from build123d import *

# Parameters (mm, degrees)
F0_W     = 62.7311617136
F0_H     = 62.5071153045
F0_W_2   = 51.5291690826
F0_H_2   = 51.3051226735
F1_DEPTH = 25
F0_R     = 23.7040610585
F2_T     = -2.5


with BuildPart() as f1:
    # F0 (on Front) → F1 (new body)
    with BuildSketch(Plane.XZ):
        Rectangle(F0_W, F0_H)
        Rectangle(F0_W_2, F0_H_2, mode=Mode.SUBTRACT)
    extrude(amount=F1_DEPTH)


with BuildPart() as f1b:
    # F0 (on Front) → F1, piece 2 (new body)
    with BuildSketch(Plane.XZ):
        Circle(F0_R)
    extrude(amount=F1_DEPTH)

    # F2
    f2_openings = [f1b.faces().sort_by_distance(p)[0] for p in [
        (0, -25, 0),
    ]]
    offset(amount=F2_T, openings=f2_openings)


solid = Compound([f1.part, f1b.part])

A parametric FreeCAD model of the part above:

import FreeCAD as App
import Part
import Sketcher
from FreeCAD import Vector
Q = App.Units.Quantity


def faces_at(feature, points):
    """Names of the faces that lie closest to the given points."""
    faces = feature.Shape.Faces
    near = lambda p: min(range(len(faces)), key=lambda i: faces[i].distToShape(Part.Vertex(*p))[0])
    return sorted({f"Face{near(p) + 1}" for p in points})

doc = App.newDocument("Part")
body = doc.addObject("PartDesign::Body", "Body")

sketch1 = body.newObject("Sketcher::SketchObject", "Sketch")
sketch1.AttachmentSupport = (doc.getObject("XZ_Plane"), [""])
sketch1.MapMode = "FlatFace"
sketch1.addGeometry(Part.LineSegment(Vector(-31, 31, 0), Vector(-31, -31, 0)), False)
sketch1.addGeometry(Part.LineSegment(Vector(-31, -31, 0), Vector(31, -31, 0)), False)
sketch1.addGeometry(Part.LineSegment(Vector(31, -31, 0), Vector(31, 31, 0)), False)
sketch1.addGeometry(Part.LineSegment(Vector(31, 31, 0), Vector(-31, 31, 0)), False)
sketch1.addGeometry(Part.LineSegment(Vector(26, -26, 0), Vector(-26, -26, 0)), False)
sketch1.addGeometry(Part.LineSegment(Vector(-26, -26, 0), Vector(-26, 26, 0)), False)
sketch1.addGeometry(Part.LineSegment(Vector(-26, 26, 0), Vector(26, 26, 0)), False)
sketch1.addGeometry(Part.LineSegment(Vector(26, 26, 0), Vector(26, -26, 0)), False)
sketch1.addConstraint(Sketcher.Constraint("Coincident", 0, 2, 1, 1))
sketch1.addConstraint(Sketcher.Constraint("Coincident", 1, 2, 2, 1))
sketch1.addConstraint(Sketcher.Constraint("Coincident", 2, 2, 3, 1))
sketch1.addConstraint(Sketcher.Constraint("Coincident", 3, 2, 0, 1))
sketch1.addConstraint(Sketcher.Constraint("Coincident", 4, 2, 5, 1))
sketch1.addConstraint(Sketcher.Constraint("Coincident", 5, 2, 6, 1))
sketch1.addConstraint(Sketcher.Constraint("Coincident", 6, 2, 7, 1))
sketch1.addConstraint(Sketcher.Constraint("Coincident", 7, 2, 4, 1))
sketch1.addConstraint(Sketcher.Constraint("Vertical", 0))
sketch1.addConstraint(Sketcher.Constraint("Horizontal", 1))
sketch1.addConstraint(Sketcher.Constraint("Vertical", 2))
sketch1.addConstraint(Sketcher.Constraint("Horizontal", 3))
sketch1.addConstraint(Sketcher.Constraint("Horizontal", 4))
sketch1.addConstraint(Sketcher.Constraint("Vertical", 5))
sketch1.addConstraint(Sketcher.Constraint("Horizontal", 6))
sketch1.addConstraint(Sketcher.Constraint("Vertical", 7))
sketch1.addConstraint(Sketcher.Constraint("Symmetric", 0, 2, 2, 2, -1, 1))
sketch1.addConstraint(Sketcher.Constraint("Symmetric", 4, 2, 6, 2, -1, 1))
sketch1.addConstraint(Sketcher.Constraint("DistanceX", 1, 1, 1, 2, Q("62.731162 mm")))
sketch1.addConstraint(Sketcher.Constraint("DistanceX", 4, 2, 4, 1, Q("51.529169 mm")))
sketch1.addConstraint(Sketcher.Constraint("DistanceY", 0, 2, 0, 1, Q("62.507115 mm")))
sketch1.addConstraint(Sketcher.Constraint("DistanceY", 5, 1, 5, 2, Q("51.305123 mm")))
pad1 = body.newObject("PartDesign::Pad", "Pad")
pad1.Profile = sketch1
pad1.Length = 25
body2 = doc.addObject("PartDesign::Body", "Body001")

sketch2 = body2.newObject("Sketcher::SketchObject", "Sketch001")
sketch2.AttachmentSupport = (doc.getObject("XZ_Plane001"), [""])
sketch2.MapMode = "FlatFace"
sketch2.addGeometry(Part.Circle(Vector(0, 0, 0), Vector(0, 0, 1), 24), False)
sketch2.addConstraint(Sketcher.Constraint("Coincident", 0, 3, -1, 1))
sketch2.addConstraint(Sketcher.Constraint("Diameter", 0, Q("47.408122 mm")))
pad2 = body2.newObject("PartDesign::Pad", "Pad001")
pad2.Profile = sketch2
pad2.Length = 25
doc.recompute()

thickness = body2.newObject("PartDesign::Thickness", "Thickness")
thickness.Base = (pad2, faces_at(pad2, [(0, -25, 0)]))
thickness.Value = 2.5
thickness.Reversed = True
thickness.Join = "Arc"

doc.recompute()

○ ○ ○ ○ ○ ○ ○

:: Your task ::
Your task is to copy each line from the material above that includes the word "Rectangle".

:: Written reply ::
        Rectangle(F0_W, F0_H)
        Rectangle(F0_W_2, F0_H_2, mode=Mode.SUBTRACT)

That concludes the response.